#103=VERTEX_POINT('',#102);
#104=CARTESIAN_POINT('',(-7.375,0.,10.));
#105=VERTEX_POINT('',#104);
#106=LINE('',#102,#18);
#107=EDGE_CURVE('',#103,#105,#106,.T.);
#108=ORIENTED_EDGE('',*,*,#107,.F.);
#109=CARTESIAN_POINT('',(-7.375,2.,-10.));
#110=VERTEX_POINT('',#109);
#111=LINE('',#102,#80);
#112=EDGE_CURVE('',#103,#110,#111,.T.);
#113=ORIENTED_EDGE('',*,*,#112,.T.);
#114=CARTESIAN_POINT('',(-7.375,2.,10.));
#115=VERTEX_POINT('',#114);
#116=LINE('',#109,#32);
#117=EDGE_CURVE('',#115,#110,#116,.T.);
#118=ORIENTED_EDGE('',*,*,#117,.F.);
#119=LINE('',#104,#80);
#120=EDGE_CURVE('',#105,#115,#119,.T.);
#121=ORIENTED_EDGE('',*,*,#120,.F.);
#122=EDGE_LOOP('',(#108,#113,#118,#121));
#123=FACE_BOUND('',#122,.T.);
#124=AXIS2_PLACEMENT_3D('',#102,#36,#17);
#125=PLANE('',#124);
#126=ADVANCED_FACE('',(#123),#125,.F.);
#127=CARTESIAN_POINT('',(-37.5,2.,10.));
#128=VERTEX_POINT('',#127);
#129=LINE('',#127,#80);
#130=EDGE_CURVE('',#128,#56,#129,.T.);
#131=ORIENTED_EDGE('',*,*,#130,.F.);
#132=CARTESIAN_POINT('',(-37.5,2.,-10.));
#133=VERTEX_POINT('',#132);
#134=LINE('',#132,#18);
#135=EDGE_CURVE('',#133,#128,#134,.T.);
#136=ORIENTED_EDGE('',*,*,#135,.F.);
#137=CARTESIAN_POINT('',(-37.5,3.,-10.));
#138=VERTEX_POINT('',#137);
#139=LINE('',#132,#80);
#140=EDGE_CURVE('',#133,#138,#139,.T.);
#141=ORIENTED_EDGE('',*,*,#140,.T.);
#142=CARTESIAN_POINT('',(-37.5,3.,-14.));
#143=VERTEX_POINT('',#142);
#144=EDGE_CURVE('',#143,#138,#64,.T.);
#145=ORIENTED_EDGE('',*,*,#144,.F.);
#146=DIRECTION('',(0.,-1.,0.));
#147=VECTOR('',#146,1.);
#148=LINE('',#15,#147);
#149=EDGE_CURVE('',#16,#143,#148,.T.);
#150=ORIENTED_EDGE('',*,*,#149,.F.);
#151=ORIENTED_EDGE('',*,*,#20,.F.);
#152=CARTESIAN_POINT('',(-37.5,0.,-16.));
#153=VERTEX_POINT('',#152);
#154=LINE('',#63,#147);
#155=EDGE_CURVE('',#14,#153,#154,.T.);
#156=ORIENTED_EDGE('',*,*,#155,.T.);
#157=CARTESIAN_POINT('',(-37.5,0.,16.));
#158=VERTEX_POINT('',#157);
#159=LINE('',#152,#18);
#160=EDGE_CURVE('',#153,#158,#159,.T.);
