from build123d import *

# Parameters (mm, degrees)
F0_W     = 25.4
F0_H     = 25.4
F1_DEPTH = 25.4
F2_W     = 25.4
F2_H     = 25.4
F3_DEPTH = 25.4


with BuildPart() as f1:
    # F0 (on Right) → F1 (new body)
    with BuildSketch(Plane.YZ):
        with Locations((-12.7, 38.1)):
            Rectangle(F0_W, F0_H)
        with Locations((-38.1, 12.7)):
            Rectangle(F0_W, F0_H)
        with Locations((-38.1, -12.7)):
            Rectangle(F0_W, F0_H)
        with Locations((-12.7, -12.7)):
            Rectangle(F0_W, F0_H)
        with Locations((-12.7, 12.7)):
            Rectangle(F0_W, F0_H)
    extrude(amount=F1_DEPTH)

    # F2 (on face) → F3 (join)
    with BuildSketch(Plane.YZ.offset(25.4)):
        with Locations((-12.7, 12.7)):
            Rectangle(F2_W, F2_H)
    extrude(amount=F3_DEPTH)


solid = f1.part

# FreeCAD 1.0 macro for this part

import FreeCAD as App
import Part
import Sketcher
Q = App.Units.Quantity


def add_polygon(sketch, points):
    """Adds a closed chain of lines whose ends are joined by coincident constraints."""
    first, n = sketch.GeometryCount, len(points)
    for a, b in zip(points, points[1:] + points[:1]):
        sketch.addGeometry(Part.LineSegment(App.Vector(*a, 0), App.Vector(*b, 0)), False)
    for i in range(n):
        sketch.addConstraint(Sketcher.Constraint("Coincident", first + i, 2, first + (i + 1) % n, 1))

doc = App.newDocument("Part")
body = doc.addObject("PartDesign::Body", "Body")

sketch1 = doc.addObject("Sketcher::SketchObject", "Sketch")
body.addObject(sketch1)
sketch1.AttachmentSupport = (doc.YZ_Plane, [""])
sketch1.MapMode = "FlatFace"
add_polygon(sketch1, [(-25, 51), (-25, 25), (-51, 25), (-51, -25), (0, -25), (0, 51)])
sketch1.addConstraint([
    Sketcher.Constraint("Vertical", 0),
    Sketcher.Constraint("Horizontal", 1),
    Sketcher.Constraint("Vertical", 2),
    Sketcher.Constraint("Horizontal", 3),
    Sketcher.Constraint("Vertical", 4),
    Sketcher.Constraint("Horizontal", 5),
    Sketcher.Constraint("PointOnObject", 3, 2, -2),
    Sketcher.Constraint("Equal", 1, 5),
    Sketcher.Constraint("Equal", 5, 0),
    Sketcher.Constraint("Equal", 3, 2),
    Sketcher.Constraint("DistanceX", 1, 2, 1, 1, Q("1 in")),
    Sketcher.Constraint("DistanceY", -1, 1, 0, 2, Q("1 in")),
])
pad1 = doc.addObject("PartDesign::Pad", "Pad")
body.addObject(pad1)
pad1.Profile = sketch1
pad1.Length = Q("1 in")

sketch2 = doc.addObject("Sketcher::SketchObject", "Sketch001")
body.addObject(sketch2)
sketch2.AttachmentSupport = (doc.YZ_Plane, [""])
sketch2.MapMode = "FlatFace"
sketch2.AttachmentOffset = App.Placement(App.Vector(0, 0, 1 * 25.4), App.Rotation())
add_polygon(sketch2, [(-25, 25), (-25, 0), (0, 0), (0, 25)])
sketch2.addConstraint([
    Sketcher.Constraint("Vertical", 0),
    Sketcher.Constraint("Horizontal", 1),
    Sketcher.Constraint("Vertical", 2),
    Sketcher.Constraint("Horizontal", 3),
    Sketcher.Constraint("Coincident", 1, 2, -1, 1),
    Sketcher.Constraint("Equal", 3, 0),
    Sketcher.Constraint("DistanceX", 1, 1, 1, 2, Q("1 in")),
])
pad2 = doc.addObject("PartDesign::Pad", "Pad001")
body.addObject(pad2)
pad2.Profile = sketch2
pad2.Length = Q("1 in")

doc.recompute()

______

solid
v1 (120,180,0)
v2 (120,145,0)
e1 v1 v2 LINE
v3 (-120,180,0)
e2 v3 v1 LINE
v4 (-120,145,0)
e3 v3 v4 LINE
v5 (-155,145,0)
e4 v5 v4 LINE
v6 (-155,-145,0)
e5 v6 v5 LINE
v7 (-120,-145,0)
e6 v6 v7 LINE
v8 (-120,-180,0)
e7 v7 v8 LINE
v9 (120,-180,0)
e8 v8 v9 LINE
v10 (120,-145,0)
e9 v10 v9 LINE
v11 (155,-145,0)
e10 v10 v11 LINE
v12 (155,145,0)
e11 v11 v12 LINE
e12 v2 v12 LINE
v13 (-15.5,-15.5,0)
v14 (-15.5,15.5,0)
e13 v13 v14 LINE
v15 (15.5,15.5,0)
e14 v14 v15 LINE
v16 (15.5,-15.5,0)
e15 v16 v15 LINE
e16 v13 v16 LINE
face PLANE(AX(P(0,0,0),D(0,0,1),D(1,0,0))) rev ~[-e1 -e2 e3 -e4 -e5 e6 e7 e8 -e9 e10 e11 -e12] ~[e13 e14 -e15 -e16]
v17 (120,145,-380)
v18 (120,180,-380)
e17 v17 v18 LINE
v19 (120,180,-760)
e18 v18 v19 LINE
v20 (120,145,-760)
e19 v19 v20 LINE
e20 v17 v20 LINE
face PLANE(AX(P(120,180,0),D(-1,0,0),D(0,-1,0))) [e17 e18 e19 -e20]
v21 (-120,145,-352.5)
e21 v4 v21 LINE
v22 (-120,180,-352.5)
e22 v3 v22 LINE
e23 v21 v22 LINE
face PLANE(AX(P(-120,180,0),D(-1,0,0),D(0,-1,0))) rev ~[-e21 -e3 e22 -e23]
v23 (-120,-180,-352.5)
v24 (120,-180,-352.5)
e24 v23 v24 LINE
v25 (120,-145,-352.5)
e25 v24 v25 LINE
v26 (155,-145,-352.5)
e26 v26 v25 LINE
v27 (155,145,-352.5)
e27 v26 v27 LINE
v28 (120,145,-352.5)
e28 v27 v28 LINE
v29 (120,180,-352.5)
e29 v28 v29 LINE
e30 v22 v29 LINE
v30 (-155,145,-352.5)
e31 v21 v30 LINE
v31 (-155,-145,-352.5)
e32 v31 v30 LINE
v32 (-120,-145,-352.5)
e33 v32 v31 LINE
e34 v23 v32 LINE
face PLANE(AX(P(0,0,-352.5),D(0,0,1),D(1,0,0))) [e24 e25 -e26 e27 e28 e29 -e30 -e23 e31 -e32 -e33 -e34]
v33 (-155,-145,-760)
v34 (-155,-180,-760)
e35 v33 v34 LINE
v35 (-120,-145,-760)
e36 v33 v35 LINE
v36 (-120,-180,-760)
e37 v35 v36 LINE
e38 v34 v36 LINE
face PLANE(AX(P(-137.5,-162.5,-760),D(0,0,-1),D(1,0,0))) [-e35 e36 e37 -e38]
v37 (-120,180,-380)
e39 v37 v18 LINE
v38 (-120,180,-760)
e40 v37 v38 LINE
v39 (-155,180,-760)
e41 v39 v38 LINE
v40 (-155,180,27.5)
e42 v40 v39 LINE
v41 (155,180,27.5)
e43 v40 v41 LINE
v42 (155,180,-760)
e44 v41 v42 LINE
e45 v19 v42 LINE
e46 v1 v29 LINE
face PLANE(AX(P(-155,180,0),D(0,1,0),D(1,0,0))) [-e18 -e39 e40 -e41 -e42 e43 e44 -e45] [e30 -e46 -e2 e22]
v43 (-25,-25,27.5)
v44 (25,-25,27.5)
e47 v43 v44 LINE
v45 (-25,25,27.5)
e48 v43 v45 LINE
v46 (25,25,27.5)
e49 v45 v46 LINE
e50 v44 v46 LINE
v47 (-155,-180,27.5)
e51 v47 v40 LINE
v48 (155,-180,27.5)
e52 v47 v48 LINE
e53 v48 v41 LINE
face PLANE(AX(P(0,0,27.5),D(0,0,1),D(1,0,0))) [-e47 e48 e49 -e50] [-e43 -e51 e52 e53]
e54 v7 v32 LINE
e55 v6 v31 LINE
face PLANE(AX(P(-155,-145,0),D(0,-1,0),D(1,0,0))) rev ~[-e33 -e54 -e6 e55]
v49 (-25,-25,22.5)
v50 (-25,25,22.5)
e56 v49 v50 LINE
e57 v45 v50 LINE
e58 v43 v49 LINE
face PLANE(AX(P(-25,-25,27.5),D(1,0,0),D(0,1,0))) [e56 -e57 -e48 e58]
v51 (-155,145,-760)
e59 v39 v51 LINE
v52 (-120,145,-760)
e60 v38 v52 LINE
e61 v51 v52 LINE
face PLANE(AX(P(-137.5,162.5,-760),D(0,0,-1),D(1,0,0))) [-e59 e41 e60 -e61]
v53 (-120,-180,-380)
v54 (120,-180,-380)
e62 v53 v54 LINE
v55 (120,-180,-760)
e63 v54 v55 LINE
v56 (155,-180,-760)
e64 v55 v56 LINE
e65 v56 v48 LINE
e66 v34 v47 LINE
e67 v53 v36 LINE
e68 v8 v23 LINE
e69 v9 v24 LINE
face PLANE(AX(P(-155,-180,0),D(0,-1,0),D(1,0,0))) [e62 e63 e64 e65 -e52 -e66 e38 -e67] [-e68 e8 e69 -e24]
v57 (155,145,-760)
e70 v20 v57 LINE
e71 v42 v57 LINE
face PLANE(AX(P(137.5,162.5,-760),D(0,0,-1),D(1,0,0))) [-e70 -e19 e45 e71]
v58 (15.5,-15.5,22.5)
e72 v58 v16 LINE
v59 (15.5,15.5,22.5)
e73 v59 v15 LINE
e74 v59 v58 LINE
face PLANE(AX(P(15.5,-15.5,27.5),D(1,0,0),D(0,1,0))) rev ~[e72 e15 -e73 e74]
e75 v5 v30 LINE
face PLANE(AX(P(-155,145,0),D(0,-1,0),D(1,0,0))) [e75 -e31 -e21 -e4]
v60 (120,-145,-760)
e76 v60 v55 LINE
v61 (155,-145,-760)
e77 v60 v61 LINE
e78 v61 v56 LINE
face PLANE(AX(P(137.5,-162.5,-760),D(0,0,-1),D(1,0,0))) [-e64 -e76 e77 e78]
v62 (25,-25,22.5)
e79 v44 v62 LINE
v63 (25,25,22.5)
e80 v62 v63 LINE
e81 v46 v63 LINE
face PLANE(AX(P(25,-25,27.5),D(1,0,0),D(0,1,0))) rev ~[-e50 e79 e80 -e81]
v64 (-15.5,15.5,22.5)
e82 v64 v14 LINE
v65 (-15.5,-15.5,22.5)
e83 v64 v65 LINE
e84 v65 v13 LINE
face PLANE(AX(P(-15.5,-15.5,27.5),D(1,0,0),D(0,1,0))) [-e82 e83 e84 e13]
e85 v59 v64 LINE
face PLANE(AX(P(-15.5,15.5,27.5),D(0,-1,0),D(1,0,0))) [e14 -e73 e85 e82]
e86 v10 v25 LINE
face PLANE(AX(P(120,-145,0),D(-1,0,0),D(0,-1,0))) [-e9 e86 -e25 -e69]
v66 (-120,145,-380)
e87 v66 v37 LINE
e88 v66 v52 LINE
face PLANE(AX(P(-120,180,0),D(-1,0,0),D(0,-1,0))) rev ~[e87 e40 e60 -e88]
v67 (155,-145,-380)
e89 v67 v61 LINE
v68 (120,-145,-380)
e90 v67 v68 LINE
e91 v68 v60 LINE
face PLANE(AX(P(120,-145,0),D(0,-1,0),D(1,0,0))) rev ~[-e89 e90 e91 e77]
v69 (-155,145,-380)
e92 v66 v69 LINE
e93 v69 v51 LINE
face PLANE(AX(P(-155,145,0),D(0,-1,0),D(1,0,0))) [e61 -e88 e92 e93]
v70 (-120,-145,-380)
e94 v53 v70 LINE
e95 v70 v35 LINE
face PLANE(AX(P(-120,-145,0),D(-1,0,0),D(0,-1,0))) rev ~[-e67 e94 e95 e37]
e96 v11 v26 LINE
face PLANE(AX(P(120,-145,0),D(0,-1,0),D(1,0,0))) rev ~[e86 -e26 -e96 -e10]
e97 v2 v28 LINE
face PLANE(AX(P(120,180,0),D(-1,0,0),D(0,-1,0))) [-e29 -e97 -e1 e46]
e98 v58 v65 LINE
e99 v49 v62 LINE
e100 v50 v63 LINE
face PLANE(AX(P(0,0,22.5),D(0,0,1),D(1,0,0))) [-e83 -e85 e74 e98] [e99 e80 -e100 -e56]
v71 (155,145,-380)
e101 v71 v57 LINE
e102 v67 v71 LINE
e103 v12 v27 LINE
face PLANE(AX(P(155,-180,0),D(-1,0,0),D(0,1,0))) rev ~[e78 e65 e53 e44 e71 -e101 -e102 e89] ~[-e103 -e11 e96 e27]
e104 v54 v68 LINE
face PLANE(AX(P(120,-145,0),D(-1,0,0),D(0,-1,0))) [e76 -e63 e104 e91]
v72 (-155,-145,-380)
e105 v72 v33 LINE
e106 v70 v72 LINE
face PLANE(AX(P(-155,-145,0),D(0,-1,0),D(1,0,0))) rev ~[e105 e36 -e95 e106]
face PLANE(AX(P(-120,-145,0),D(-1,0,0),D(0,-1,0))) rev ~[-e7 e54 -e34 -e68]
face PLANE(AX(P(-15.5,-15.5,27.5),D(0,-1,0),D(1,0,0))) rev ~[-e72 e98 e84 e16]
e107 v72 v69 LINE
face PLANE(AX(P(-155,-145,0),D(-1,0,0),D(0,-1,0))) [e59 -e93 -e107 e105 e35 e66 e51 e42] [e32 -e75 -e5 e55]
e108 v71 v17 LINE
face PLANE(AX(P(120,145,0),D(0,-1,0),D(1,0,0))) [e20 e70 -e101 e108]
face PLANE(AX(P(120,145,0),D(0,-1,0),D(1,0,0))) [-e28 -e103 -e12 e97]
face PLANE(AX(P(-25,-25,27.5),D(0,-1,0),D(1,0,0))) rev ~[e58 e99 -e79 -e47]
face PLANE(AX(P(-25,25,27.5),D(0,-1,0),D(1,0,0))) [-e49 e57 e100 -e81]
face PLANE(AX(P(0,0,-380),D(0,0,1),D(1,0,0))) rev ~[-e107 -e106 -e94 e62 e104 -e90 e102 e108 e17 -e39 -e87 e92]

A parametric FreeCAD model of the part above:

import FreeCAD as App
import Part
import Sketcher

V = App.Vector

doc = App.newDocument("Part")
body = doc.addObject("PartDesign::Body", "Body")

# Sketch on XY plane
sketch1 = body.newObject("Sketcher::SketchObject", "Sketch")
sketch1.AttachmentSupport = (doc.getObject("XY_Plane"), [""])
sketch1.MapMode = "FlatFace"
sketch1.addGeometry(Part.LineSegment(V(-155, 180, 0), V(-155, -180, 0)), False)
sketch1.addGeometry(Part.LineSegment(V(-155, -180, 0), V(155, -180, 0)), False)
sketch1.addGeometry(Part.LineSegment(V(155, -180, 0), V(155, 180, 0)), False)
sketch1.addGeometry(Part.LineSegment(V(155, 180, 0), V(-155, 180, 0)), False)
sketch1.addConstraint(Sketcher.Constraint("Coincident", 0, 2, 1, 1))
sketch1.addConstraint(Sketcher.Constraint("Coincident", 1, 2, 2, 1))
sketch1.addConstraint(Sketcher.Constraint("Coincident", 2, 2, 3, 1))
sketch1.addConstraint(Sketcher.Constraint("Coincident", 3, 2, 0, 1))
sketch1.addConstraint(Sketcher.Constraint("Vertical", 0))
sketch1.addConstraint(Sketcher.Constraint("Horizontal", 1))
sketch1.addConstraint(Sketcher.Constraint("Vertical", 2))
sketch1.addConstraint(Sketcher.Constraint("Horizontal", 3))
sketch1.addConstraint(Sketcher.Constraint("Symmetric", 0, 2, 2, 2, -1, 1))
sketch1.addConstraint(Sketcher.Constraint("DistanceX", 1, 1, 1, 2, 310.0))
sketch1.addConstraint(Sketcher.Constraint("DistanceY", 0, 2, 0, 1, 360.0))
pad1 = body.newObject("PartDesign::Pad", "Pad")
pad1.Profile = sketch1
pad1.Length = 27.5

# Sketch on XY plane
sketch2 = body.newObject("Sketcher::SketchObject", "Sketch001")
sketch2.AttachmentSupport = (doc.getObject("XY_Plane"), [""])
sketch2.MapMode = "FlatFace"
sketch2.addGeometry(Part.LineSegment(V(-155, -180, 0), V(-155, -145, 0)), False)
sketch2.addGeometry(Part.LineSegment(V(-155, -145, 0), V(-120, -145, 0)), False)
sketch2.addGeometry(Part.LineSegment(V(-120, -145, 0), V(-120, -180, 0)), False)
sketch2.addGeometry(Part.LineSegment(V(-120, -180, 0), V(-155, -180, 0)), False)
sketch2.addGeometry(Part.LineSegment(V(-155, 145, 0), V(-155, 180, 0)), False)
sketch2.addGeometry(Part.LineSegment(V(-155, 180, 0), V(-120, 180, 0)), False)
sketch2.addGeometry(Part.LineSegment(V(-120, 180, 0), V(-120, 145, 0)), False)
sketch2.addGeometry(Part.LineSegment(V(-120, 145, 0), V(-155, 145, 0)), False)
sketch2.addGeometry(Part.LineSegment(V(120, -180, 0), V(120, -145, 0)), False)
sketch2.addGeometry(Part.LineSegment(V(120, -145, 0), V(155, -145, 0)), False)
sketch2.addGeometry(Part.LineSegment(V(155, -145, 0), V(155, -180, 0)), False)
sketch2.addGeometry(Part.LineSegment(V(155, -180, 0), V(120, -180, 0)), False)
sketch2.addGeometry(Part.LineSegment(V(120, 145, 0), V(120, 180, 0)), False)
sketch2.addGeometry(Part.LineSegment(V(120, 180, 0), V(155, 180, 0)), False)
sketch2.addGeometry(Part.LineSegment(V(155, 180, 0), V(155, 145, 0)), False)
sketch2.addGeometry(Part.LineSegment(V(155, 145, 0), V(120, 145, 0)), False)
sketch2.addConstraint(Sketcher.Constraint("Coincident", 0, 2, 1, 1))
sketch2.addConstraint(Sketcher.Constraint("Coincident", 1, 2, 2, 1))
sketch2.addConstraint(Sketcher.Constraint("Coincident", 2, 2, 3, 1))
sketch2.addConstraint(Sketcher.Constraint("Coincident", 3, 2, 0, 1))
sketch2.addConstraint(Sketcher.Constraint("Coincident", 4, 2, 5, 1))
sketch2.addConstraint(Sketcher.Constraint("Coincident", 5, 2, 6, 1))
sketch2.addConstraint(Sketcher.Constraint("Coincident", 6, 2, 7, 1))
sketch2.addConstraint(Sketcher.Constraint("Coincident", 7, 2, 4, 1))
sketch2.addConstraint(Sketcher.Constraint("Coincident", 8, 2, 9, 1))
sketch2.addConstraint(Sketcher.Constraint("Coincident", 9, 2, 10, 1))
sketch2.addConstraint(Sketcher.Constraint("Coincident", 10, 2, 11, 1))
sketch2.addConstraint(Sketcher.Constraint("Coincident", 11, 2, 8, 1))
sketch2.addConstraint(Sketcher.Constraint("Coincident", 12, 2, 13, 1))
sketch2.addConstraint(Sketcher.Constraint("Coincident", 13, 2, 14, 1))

______

Activity
Please reproduce, exactly as they appear above, the lines from the line containing "# Parameters (mm, degrees)" up to and including the line containing "# FreeCAD 1.0 macro for this part".

Response
# Parameters (mm, degrees)
F0_W     = 25.4
F0_H     = 25.4
F1_DEPTH = 25.4
F2_W     = 25.4
F2_H     = 25.4
F3_DEPTH = 25.4


with BuildPart() as f1:
    # F0 (on Right) → F1 (new body)
    with BuildSketch(Plane.YZ):
        with Locations((-12.7, 38.1)):
            Rectangle(F0_W, F0_H)
        with Locations((-38.1, 12.7)):
            Rectangle(F0_W, F0_H)
        with Locations((-38.1, -12.7)):
            Rectangle(F0_W, F0_H)
        with Locations((-12.7, -12.7)):
            Rectangle(F0_W, F0_H)
        with Locations((-12.7, 12.7)):
            Rectangle(F0_W, F0_H)
    extrude(amount=F1_DEPTH)

    # F2 (on face) → F3 (join)
    with BuildSketch(Plane.YZ.offset(25.4)):
        with Locations((-12.7, 12.7)):
            Rectangle(F2_W, F2_H)
    extrude(amount=F3_DEPTH)


solid = f1.part

# FreeCAD 1.0 macro for this part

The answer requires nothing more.